POLAT SEÇİME GİTSEYDİ HİÇBİR SORUN OLMAZDI
Sayın Polat, seçim kararı almadığını ve bunun hayati bir nedeni olduğunu söyledi. Bu nedeni de sır gibi saklamak zorunda olduğunu belirtti. Bu sır koltuğunu kaybettirecek kadar ne olabilir?
- Bilemem. Benim adım Adnan Polat değil. Adnan Polat’ın sırdaşı da değilim ki sakladığı sırrı bileyim. Ben şunu bilirim; Adnan Polat o kongrede çıkıp “Arkadaşlar mesajı aldık. Güven tazeleme gereği duyuyoruz. Bu kongrede bir seçim kararını birlikte alalım ve seçime gidelim. Ben ve ekibim de yeniden aday olacağız” deseydi hiçbir sorun çıkmazdı.
ESKİDEN F.BAHÇE’YE GÜLERDİK, ŞİMDİ BİZ ÖYLE OLDUK
Galatasaray’da genel barış nasıl olabilir? Bu işi kim toparlayabilir?
- Ben toparlayacak birini göremiyorum. Galatasaray’da yıllardır biriktirilen nefret artık kabına sığmayıp taştı. Bunda İnan Ağabey’in (Kıraç) çok kabahati var. Yıllardır başkanları kumanda etmek ister. En azından ister ki başkanlar onun ‘büyüklüğünü’ kabul edip biat etsinler. Ama kendi o koltuğa asla oturmaz. Halbuki otursa o da rahatlayacak Galatasaray da. Mesela Süren’i asla sevmedi. Polat’ı da sevemedi. Oysa Polat’ı başkan yapan Özhan Canaydın’dı. Ama son zamanlarında Özhan Ağabey ile de geçinemiyordu. Özhan Ağabey de İnan Kıraç’a çok kızıyordu. Düşünün ki, biz Galatasaray’da kongrede kapışır, sonra pasajda beraber kafa çekerdik. Şimdi selamlaşmayan Galatasaraylılar var. Herkes birbirine sallıyor. Lokantada karşılaşıp birbirlerinin masasına uğramayan Galatasaraylılar’ı ben hayatımda görmemiştim, iki üç yıldır görür oldum. Bunlar aşılır mı? Aşılır. Camia el ele verirse aşılır ama eller yumruk yapılmış. Mehmet Cansun gibi birinin pozitif tavrına ihtiyaç var. Asıl meselemiz şu bence; G.Saray’ı bilmeyen tanımayan başkanlar ve yöneticiler işi bu hale getirdi. Eskiden Fenerbahçe’ye gülerdik böyle diye. Şimdi biz öyle olduk.
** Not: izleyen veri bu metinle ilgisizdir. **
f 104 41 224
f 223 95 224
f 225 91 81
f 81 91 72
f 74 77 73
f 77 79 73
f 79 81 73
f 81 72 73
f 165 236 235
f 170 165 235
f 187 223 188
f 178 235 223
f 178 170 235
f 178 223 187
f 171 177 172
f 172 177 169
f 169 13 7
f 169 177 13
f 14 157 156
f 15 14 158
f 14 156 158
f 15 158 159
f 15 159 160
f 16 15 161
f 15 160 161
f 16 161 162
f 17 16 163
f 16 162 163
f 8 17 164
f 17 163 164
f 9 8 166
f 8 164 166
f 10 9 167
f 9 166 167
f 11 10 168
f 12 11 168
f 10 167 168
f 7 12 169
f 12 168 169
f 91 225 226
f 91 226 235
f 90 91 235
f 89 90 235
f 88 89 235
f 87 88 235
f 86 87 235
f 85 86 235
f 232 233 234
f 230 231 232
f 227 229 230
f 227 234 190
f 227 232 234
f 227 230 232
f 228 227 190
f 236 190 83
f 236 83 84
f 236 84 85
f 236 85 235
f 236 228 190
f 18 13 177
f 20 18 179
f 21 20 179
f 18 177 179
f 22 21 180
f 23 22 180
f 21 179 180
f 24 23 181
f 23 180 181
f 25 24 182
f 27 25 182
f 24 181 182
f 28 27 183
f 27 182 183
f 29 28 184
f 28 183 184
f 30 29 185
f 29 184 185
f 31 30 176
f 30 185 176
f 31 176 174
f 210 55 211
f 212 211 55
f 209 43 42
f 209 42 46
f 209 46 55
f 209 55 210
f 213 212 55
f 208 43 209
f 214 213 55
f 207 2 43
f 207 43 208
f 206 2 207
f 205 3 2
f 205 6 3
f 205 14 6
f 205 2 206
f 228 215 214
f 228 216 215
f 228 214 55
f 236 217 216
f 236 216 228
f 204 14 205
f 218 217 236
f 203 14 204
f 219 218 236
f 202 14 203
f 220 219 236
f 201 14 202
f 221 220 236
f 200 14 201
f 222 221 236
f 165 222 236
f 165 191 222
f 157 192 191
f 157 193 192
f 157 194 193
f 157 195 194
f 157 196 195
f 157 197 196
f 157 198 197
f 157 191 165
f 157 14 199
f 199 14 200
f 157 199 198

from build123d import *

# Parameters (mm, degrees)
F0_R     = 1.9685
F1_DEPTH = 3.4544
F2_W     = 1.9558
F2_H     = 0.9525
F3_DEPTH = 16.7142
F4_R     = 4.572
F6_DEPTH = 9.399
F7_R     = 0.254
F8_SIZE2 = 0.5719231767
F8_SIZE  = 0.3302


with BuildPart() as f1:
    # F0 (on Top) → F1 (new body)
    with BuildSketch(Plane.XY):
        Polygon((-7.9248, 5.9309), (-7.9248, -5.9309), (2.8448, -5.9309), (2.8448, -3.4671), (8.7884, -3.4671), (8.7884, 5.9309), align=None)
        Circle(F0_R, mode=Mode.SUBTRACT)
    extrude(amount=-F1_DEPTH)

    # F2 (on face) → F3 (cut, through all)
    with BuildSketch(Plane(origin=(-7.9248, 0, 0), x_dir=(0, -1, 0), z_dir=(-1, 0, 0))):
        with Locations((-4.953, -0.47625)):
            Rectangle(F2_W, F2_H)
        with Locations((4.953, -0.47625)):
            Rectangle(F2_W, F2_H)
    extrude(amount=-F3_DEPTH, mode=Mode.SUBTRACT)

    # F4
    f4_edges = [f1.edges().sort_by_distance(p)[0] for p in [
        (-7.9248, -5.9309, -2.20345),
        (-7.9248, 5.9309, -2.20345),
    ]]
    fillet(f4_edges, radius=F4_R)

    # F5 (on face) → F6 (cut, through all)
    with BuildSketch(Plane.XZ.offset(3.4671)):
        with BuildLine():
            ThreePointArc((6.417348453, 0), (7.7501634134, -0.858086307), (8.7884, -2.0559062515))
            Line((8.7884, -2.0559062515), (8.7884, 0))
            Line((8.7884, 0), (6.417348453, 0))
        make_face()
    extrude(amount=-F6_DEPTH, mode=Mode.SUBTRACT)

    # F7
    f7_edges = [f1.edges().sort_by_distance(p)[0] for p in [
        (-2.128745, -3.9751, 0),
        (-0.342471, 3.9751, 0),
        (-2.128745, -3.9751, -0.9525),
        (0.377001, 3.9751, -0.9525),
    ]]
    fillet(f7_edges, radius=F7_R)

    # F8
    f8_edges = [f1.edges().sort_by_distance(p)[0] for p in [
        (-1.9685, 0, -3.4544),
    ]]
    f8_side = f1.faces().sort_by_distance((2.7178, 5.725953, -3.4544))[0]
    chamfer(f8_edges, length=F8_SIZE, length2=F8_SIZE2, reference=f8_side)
DONK CANI İSTEYİNCE MUAZZAM BİR OYUNCU
Galatasaray Donk işini resmen bitirdi. Takımın rengini değiştirebilir mi? Donk, Rıza Hoca’nın yaptğı gibi yine orta sahada mı oynamalı?
- Donk iyi futbolcu ama Galatasaray’a ne kadar katkı yapar bilemem. İnşallah yapar. Donk’la ilgili fikirlerimi Denizli ile paylaştım. Canı isteyince muazzam oyuncu. Ama Rıza Hoca ile kendine geldi. Daha önce bu kadar iyi oynamıyordu. Yetenekleri var ama tüm Surinamlılar gibi biraz havai. Tabii ki orta sahada oynayacak. Kaleye geçirecek halleri yok.
O KİŞİLERİN BİR KISMI FEDERASYONDA ÇALIŞIYOR
Adnan Polat, kulüpte kaçak göçek konusunda bir isim listesi hazırladıklarını ve bu listeyi Ünal Aysal’a verdiklerini söyledi. Ama kaç yıl oldu bu liste hala ortaya çıkmadı. Sizce liste neden saklanıyor?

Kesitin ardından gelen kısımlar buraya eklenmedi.